# [SOLVED] Vaio Operating System not found



## aaroncm (Apr 28, 2012)

Hey guys. OK, I have a weird, very weird problem. The laptop is a Vaio VGN-FW23G.

The laptop kept randomly powering off, we not long replaced the faulty power cable and we didn't really think it was the cable again as the indicator light stayed on, etc. After it went down, and stayed off, I decided to take it to bits. 
After looking for ages, and ages, testing even with the multimeter, it turned out to be the cable! The little L plug was repeatedly bent, and the internal cable must have been damaged. But I was still happy I took it to bits, the amount of dust I got out was amazing, and I replaced the thermal paste.

Anyway, I then formatted its HDD on my desktop after I did the backup, and booted the laptop back up. 

Basically from hear on the real trouble started. It gives me the Vaio splash screen, then a nice message saying operating system not found.

Now this stupid thing will not boot from Disc at ALL, or USB. Windows 7 discs, Ubuntu discs, Windows USBs or Ubuntu USBs, nothing will boot.
So far I've tried everything, I tried DISKPART, even installing windows to the HD on my desktop (even though this usually leads to BSOD from sudden hardware change) it wouldn't even detect any OS after that either.

I've taken it back to bits several times also, no missing cables or anything.
Everything is basically on the motherboard (No layered PCB's or ribbon cables)
so I don't really think it should be damaged... But then again... (It might turn
out to be a really stupid mistake on my behalf )

However it detects the hard disc size in the very limited bios.

Notes:
- I've installed from DVD and USB on this laptop before without problems.
- The only configurable options in the bios are:
- Boot priority
- Allow external boot - bool
- Allow network boot - bool
- system time
- system date

Also after I re-enter the bios upon boot failure, it seems to reset the first priority to network boot but I'm thinking this is normal - the battery is not dead either

Hope someone can help! Sorry for the rushed thread, any help/questions appreciated =)


----------



## Learn2day (Feb 16, 2012)

*Re: Vaio Operating System not found*

Don't you have a key for boot menu on splash screen instead of configuring bios? This would avoid you from hard resetting your bios.


----------



## aaroncm (Apr 28, 2012)

*Re: Vaio Operating System not found*

I was going to say (But this site suddenly stopped me editing my posts??) that the BIOS in this laptop doesn't even have that =) Which I found really weird.

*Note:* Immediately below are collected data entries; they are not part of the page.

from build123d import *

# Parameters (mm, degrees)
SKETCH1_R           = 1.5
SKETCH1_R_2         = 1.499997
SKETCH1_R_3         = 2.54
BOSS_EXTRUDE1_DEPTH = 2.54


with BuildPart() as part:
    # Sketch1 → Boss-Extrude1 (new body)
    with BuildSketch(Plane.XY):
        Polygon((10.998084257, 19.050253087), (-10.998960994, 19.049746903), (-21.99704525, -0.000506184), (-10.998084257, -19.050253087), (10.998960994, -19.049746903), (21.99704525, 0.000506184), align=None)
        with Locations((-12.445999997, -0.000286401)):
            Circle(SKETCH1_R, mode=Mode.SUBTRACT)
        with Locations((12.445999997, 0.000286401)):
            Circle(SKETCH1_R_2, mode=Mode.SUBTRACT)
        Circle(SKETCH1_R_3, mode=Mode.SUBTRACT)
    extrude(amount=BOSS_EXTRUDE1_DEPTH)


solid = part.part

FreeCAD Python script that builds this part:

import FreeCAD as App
import Part
import Sketcher
from FreeCAD import Vector
Q = App.Units.Quantity

doc = App.newDocument("Part")
params = doc.addObject("Spreadsheet::Sheet", "Params")
for row, (alias, value) in enumerate([
    ("sketch1_diameter", "0.2 in"),
    ("pad1_length", "0.1 in"),
], start=1):
    params.set(f"A{row}", alias)
    params.set(f"B{row}", "=" + value)
    params.setAlias(f"B{row}", alias)

body = doc.addObject("PartDesign::Body", "Body")

sketch1 = body.newObject("Sketcher::SketchObject", "Sketch")
sketch1.AttachmentSupport = (doc.getObject("XY_Plane"), [""])
sketch1.MapMode = "FlatFace"
sketch1.addGeometry([
    Part.LineSegment(Vector(10.998084, 19.050253, 0), Vector(-10.998961, 19.049747, 0)),
    Part.LineSegment(Vector(-10.998961, 19.049747, 0), Vector(-21.997045, -0.000506, 0)),
    Part.LineSegment(Vector(-21.997045, -0.000506, 0), Vector(-10.998084, -19.050253, 0)),
    Part.LineSegment(Vector(-10.998084, -19.050253, 0), Vector(10.998961, -19.049747, 0)),
    Part.LineSegment(Vector(10.998961, -19.049747, 0), Vector(21.997045, 0.000506, 0)),
    Part.LineSegment(Vector(21.997045, 0.000506, 0), Vector(10.998084, 19.050253, 0)),
    Part.Circle(Vector(-12.446, -0.000286, 0), Vector(0, 0, 1), 1.5),
    Part.Circle(Vector(0, 0, 0), Vector(0, 0, 1), 2.54),
    Part.Circle(Vector(12.446, 0.000286, 0), Vector(0, 0, 1), 1.499997),
], False)
sketch1.addConstraint([
    Sketcher.Constraint("Coincident", 0, 2, 1, 1),
    Sketcher.Constraint("Coincident", 1, 2, 2, 1),
    Sketcher.Constraint("Coincident", 2, 2, 3, 1),
    Sketcher.Constraint("Coincident", 3, 2, 4, 1),
    Sketcher.Constraint("Coincident", 4, 2, 5, 1),
    Sketcher.Constraint("Coincident", 5, 2, 0, 1),
    Sketcher.Constraint("Coincident", 7, 3, -1, 1),
    Sketcher.Constraint("Symmetric", 6, 3, 8, 3, -1, 1),
    Sketcher.Constraint("Symmetric", 0, 2, 3, 2, -1, 1),
    Sketcher.Constraint("Symmetric", 1, 2, 4, 2, -1, 1),
    Sketcher.Constraint("Symmetric", 2, 2, 5, 2, -1, 1),
    Sketcher.Constraint("Equal", 0, 1),
    Sketcher.Constraint("Equal", 1, 2),
    Sketcher.Constraint("Diameter", 7, Q("0.2 in")),
    Sketcher.Constraint("DistanceY", 2, 2, 0, 2, Q("1.5 in")),
    Sketcher.Constraint("Diameter", 6, 3.0),
    Sketcher.Constraint("DistanceX", 6, 3, -1, 1, Q("0.49 in")),
    Sketcher.Constraint("Diameter", 8, 2.999994),
    Sketcher.Constraint("DistanceX", 0, 2, -1, 1, 10.998961),
    Sketcher.Constraint("DistanceY", 8, 3, 0, 2, 19.049461),
    Sketcher.Constraint("DistanceY", 1, 2, 6, 3, 0.00022),
    Sketcher.Constraint("DistanceX", 1, 2, 2, 2, 10.998961),
])
sketch1.setExpression("Constraints[13]", "Params.sketch1_diameter")
pad1 = body.newObject("PartDesign::Pad", "Pad")
pad1.Profile = sketch1
pad1.setExpression("Length", "Params.pad1_length")

doc.recompute()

There is no one-time boot menus to select a boot device. The only thing this laptop seems to be able to do before it searches for an operating system is enter the BIOS, pretty crap bios hey? =P I've tried nearly all the buttons on the keyboard.


----------



## Learn2day (Feb 16, 2012)

*Re: Vaio Operating System not found*

Posts can only be edited by a timeline of 10min or so..

Are you sure, did you tried ESC and every other F keys? Unfortunately Sony support website does not show any clear info on this where i searched it on.. But i've found F10 for recovery partition, so i doubt there's no option for selecting a boot drive..


----------



## Learn2day (Feb 16, 2012)

*Re: Vaio Operating System not found*

This might help..



> *Question*
> 
> The Edit Boot Options screen appears when trying to boot to the VAIO Recovery Center using the F10 key.
> 
> ...


----------



## aaroncm (Apr 28, 2012)

*Re: Vaio Operating System not found*

Thanks =). Unfortunately.. =P

I have tried every possible key to access a boot menu, or any other menu, and none exist.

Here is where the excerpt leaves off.